Tricia Pridemore, a veteran GOP activist who is writing in third-party candidate Evan McMullin, said many of her Republican friends are torn.

“I have friends voting for Hillary, for Trump, for Johnson, for McMullin,” she said. “We used to be able to reliably discuss who we were all supporting. But not at all this time.”

A racial split

A few months ago, Georgia GOP minority engagement guru Leo Smith turned heads when he predicted Trump could reach one-fifth of the black vote.

That seems like the longest of long shots now, with Trump hovering around the margin of error — just a few percentage points — in Georgia polls of African-American voters.

The bigger question is the level of black turnout. Early voting data show that African-American voters did not cast ballots at the same pace they did in 2012 during President Barack Obama’s quest for a second term, though Democrats warn not to read too much into those figures.

Republicans say they’re in for a good night if overall turnout from black voters falls beneath 30 percent. Democrats say they’re seeing a late burst of enthusiasm from African-American Democrats, particularly in densely populated urban areas.

“African-American voters, like other voters of color, soundly reject the Trump narrative and candidacy,” House Minority Leader Stacey Abrams said.

Democrats, meanwhile, are hoping to cut into Trump's gaping lead among white Georgians. White voter registration sank below 57 percent for the first time this year, though the voting bloc still remains by far the most formidable in the state.

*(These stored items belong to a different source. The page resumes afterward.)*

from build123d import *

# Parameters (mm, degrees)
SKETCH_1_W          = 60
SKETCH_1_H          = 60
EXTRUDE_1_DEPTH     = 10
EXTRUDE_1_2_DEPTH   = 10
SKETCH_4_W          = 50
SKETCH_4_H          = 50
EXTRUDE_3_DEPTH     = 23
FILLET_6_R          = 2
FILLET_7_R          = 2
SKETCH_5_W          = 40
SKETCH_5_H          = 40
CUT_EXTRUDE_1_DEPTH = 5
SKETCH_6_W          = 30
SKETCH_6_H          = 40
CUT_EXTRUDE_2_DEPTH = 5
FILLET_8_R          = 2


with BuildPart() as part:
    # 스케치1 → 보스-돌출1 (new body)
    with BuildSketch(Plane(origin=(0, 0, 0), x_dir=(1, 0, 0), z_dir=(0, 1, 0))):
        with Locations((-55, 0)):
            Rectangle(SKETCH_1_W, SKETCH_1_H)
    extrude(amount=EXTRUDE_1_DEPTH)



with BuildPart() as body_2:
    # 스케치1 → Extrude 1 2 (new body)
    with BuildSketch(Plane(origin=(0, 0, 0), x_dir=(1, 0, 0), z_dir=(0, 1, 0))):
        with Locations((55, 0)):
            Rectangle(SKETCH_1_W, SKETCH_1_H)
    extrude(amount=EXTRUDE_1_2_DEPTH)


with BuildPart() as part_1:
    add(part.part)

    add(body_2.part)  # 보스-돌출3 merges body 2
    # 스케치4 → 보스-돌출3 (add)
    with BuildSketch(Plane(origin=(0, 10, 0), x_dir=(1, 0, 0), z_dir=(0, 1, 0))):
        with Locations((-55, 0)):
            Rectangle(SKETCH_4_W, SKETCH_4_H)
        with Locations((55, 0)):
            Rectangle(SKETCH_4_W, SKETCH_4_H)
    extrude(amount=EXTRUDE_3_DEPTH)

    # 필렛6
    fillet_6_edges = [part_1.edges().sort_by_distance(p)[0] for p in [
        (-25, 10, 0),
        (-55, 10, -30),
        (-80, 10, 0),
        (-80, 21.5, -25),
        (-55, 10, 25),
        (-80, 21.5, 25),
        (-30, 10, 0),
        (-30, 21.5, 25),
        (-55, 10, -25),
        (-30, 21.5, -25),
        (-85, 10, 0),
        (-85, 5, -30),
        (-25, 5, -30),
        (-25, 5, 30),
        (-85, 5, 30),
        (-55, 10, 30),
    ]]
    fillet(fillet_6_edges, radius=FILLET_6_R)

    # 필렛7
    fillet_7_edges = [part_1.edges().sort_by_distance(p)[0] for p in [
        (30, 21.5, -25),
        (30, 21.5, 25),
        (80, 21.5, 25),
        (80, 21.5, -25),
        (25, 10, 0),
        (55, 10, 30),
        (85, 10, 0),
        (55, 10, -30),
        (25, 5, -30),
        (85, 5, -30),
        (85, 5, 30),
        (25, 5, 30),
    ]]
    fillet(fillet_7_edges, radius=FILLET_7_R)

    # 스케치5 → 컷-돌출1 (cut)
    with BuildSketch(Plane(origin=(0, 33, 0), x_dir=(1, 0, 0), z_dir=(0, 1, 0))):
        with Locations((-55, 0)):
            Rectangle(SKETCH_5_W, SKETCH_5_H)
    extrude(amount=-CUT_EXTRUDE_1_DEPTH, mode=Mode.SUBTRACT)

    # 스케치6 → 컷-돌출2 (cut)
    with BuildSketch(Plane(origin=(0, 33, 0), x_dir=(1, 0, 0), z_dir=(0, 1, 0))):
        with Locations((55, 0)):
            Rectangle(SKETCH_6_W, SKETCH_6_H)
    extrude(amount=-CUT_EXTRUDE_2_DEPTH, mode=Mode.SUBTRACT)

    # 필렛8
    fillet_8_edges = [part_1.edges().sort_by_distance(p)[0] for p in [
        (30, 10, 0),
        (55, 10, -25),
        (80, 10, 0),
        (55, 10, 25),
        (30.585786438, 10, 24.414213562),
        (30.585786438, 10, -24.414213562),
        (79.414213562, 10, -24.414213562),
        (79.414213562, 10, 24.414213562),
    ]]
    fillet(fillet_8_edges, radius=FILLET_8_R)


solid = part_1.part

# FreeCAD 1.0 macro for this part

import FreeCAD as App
import Part
import Sketcher


def edges_at(feature, points):
    """Names of the edges that pass closest to the given points."""
    edges = feature.Shape.Edges
    near = lambda p: min(range(len(edges)), key=lambda i: edges[i].distToShape(Part.Vertex(*p))[0])
    return sorted({f"Edge{near(p) + 1}" for p in points})

doc = App.newDocument("Part")
params = doc.addObject("Spreadsheet::Sheet", "Params")
for row, (alias, value) in enumerate([
    ("sketch1_width", "60 mm"),
    ("pad1_length", "10 mm"),
    ("sketch2_width", "60 mm"),
    ("pad2_length", "10 mm"),
    ("sketch3_width", "50 mm"),
    ("pad3_length", "23 mm"),
    ("fillet_radius", "2 mm"),
    ("fillet2_radius", "2 mm"),
    ("sketch4_width", "40 mm"),
    ("pocket1_length", "5 mm"),
    ("sketch5_width", "30 mm"),
    ("sketch5_height", "40 mm"),
    ("pocket2_length", "5 mm"),
    ("fillet3_radius", "2 mm"),
], start=1):
    params.set(f"A{row}", alias)
    params.set(f"B{row}", "=" + value)
    params.setAlias(f"B{row}", alias)

body = doc.addObject("PartDesign::Body", "Body")

sketch1 = body.newObject("Sketcher::SketchObject", "Sketch")
sketch1.AttachmentSupport = (doc.getObject("XZ_Plane"), [""])
sketch1.MapMode = "FlatFace"
sketch1.addGeometry([
    Part.LineSegment(App.Vector(-85, -30, 0), App.Vector(-85, 30, 0)),
    Part.LineSegment(App.Vector(-85, 30, 0), App.Vector(-25, 30, 0)),
    Part.LineSegment(App.Vector(-25, 30, 0), App.Vector(-25, -30, 0)),
    Part.LineSegment(App.Vector(-25, -30, 0), App.Vector(-85, -30, 0)),
], False)
sketch1.addConstraint([
    Sketcher.Constraint("Coincident", 0, 2, 1, 1),
    Sketcher.Constraint("Coincident", 1, 2, 2, 1),
    Sketcher.Constraint("Coincident", 2, 2, 3, 1),
    Sketcher.Constraint("Coincident", 3, 2, 0, 1),
    Sketcher.Constraint("Vertical", 0),
    Sketcher.Constraint("Horizontal", 1),
    Sketcher.Constraint("Vertical", 2),
    Sketcher.Constraint("Horizontal", 3),
    Sketcher.Constraint("Equal", 3, 0),
    Sketcher.Constraint("DistanceX", 1, 1, 1, 2, 60.0),
    Sketcher.Constraint("DistanceX", 0, 2, -1, 1, 85.0),
    Sketcher.Constraint("DistanceY", -1, 1, 0, 2, 30.0),
])
sketch1.setExpression("Constraints[9]", "Params.sketch1_width")
pad1 = body.newObject("PartDesign::Pad", "Pad")
pad1.Profile = sketch1
pad1.setExpression("Length", "Params.pad1_length")
pad1.Reversed = True
body2 = doc.addObject("PartDesign::Body", "Body001")

sketch2 = body2.newObject("Sketcher::SketchObject", "Sketch001")
sketch2.AttachmentSupport = (doc.getObject("XZ_Plane001"), [""])
sketch2.MapMode = "FlatFace"
sketch2.addGeometry([
    Part.LineSegment(App.Vector(25, -30, 0), App.Vector(25, 30, 0)),
    Part.LineSegment(App.Vector(25, 30, 0), App.Vector(85, 30, 0)),
    Part.LineSegment(App.Vector(85, 30, 0), App.Vector(85, -30, 0)),
    Part.LineSegment(App.Vector(85, -30, 0), App.Vector(25, -30, 0)),
], False)
sketch2.addConstraint([
    Sketcher.Constraint("Coincident", 0, 2, 1, 1),
    Sketcher.Constraint("Coincident", 1, 2, 2, 1),
    Sketcher.Constraint("Coincident", 2, 2, 3, 1),
    Sketcher.Constraint("Coincident", 3, 2, 0, 1),
    Sketcher.Constraint("Vertical", 0),
    Sketcher.Constraint("Horizontal", 1),
    Sketcher.Constraint("Vertical", 2),
    Sketcher.Constraint("Horizontal", 3),
    Sketcher.Constraint("Equal", 3, 0),
    Sketcher.Constraint("DistanceX", 1, 1, 1, 2, 60.0),
    Sketcher.Constraint("DistanceX", -1, 1, 0, 2, 25.0),
    Sketcher.Constraint("DistanceY", -1, 1, 0, 2, 30.0),
])
sketch2.setExpression("Constraints[9]", "Params.sketch2_width")
pad2 = body2.newObject("PartDesign::Pad", "Pad001")
pad2.Profile = sketch2
pad2.setExpression("Length", "Params.pad2_length")
pad2.Reversed = True
body.AllowCompound = True
doc.recompute()

boolean = body.newObject("PartDesign::Boolean", "Boolean")
boolean.Type = "Fuse"
boolean.addObjects([body2])

sketch3 = body.newObject("Sketcher::SketchObject", "Sketch002")
sketch3.AttachmentSupport = (doc.getObject("XZ_Plane"), [""])
sketch3.MapMode = "FlatFace"
sketch3.AttachmentOffset = App.Placement(App.Vector(0, 0, -10), App.Rotation())
sketch3.addGeometry([
    Part.LineSegment(App.Vector(-80, -25, 0), App.Vector(-80, 25, 0)),
    Part.LineSegment(App.Vector(-80, 25, 0), App.Vector(-30, 25, 0)),
    Part.LineSegment(App.Vector(-30, 25, 0), App.Vector(-30, -25, 0)),
    Part.LineSegment(App.Vector(-30, -25, 0), App.Vector(-80, -25, 0)),
    Part.LineSegment(App.Vector(30, -25, 0), App.Vector(30, 25, 0)),
    Part.LineSegment(App.Vector(30, 25, 0), App.Vector(80, 25, 0)),
    Part.LineSegment(App.Vector(80, 25, 0), App.Vector(80, -25, 0)),
    Part.LineSegment(App.Vector(80, -25, 0), App.Vector(30, -25, 0)),
], False)
sketch3.addConstraint([
    Sketcher.Constraint("Coincident", 0, 2, 1, 1),
    Sketcher.Constraint("Coincident", 1, 2, 2, 1),
    Sketcher.Constraint("Coincident", 2, 2, 3, 1),
    Sketcher.Constraint("Coincident", 3, 2, 0, 1),
    Sketcher.Constraint("Coincident", 4, 2, 5, 1),
    Sketcher.Constraint("Coincident", 5, 2, 6, 1),
    Sketcher.Constraint("Coincident", 6, 2, 7, 1),
    Sketcher.Constraint("Coincident", 7, 2, 4, 1),
    Sketcher.Constraint("Vertical", 0),
    Sketcher.Constraint("Horizontal", 1),
    Sketcher.Constraint("Vertical", 2),
    Sketcher.Constraint("Horizontal", 3),
    Sketcher.Constraint("Vertical", 4),
    Sketcher.Constraint("Horizontal", 5),
    Sketcher.Constraint("Vertical", 6),
    Sketcher.Constraint("Horizontal", 7),
    Sketcher.Constraint("Symmetric", 2, 2, 4, 2, -1, 1),
    Sketcher.Constraint("Symmetric", 0, 2, 6, 2, -1, 1),
    Sketcher.Constraint("Horizontal", 1, 2, 4, 2),
    Sketcher.Constraint("Equal", 7, 0),
    Sketcher.Constraint("DistanceX", 1, 1, 1, 2, 50.0),
    Sketcher.Constraint("DistanceX", 0, 2, -1, 1, 80.0),
])
sketch3.setExpression("Constraints[20]", "Params.sketch3_width")
pad3 = body.newObject("PartDesign::Pad", "Pad002")
pad3.Profile = sketch3
pad3.setExpression("Length", "Params.pad3_length")
pad3.Reversed = True
doc.recompute()

fillet = body.newObject("PartDesign::Fillet", "Fillet")
fillet.Base = (pad3, edges_at(pad3, [
    (-25, 10, 0),
    (-55, 10, -30),
    (-80, 10, 0),
    (-80, 21.5, -25),
    (-55, 10, 25),
    (-80, 21.5, 25),
    (-30, 10, 0),
    (-30, 21.5, 25),
    (-55, 10, -25),
    (-30, 21.5, -25),
    (-85, 10, 0),
    (-85, 5, -30),
    (-25, 5, -30),
    (-25, 5, 30),
    (-85, 5, 30),
    (-55, 10, 30),
]))
fillet.setExpression("Radius", "Params.fillet_radius")
doc.recompute()

fillet2 = body.newObject("PartDesign::Fillet", "Fillet001")
fillet2.Base = (fillet, edges_at(fillet, [
    (30, 21.5, -25),
    (30, 21.5, 25),
    (80, 21.5, 25),
    (80, 21.5, -25),
    (25, 10, 0),
    (55, 10, 30),
    (85, 10, 0),
    (55, 10, -30),
    (25, 5, -30),
    (85, 5, -30),
    (85, 5, 30),
    (25, 5, 30),
]))
fillet2.setExpression("Radius", "Params.fillet2_radius")

sketch4 = body.newObject("Sketcher::SketchObject", "Sketch003")
sketch4.AttachmentSupport = (doc.getObject("XZ_Plane"), [""])
sketch4.MapMode = "FlatFace"
sketch4.AttachmentOffset = App.Placement(App.Vector(0, 0, -33), App.Rotation())
sketch4.addGeometry([
    Part.LineSegment(App.Vector(-75, -20, 0), App.Vector(-75, 20, 0)),
    Part.LineSegment(App.Vector(-75, 20, 0), App.Vector(-35, 20, 0)),
    Part.LineSegment(App.Vector(-35, 20, 0), App.Vector(-35, -20, 0)),
    Part.LineSegment(App.Vector(-35, -20, 0), App.Vector(-75, -20, 0)),
], False)
sketch4.addConstraint([
    Sketcher.Constraint("Coincident", 0, 2, 1, 1),
    Sketcher.Constraint("Coincident", 1, 2, 2, 1),
    Sketcher.Constraint("Coincident", 2, 2, 3, 1),
    Sketcher.Constraint("Coincident", 3, 2, 0, 1),
    Sketcher.Constraint("Vertical", 0),
    Sketcher.Constraint("Horizontal", 1),
    Sketcher.Constraint("Vertical", 2),
    Sketcher.Constraint("Horizontal", 3),
    Sketcher.Constraint("Equal", 3, 0),
    Sketcher.Constraint("DistanceX", 1, 1, 1, 2, 40.0),
    Sketcher.Constraint("DistanceX", 0, 2, -1, 1, 75.0),
    Sketcher.Constraint("DistanceY", -1, 1, 0, 2, 20.0),
])
sketch4.setExpression("Constraints[9]", "Params.sketch4_width")
pocket1 = body.newObject("PartDesign::Pocket", "Pocket")
pocket1.Profile = sketch4
pocket1.setExpression("Length", "Params.pocket1_length")
pocket1.Reversed = True

sketch5 = body.newObject("Sketcher::SketchObject", "Sketch004")
sketch5.AttachmentSupport = (doc.getObject("XZ_Plane"), [""])
sketch5.MapMode = "FlatFace"
sketch5.AttachmentOffset = App.Placement(App.Vector(0, 0, -33), App.Rotation())
sketch5.addGeometry([
    Part.LineSegment(App.Vector(40, -20, 0), App.Vector(40, 20, 0)),
    Part.LineSegment(App.Vector(40, 20, 0), App.Vector(70, 20, 0)),
    Part.LineSegment(App.Vector(70, 20, 0), App.Vector(70, -20, 0)),
    Part.LineSegment(App.Vector(70, -20, 0), App.Vector(40, -20, 0)),
], False)
sketch5.addConstraint([
    Sketcher.Constraint("Coincident", 0, 2, 1, 1),
    Sketcher.Constraint("Coincident", 1, 2, 2, 1),
    Sketcher.Constraint("Coincident", 2, 2, 3, 1),
    Sketcher.Constraint("Coincident", 3, 2, 0, 1),
    Sketcher.Constraint("Vertical", 0),
    Sketcher.Constraint("Horizontal", 1),
    Sketcher.Constraint("Vertical", 2),
    Sketcher.Constraint("Horizontal", 3),
    Sketcher.Constraint("DistanceX", 1, 1, 1, 2, 30.0),
    Sketcher.Constraint("DistanceY", 0, 1, 0, 2, 40.0),
    Sketcher.Constraint("DistanceX", -1, 1, 0, 2, 40.0),
    Sketcher.Constraint("DistanceY", -1, 1, 0, 2, 20.0),
])
sketch5.setExpression("Constraints[8]", "Params.sketch5_width")
sketch5.setExpression("Constraints[9]", "Params.sketch5_height")
pocket2 = body.newObject("PartDesign::Pocket", "Pocket001")
pocket2.Profile = sketch5
pocket2.setExpression("Length", "Params.pocket2_length")
pocket2.Reversed = True
doc.recompute()

fillet3 = body.newObject("PartDesign::Fillet", "Fillet002")
fillet3.Base = (pocket2, edges_at(pocket2, [
    (30, 10, 0),
    (55, 10, -25),
    (80, 10, 0),
    (55, 10, 25),
    (30.586, 10, 24.414),
    (30.586, 10, -24.414),
    (79.414, 10, -24.414),
    (79.414, 10, 24.414),
]))
fillet3.setExpression("Radius", "Params.fillet3_radius")

doc.recompute()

That’s good news for Trump. The AJC poll showed only about one-fifth of white voters back Clinton, but Democrats are hoping to edge that figure up at least 6 percentage points.

First-time voters

Then there’s the chance that the polls here and elsewhere are all hopelessly wrong, thanks to a tide of newcomers and first-time voters who didn’t show up on any calling lists and are hard to account for in polling models.

“We’re not getting a lot of the mainstream American voters and people are lying to the pollsters,” said U.S. Rep. Barry Loudermilk, a Republican who represents a stretch of northwest Atlanta. “People don’t trust the government and they don’t trust anyone talking politics. I don’t think the polls are as accurate as we think they are.”

On the other side of the aisle, a surge of Latino voters casting ballots for the first time could give Clinton’s campaign a boost. Hispanics make up only about 2 percent of Georgia’s electorate, but historic turnout in a tight race could make it too close for comfort for Republicans.

It all makes the vote as volatile, and unpredictable, as ever.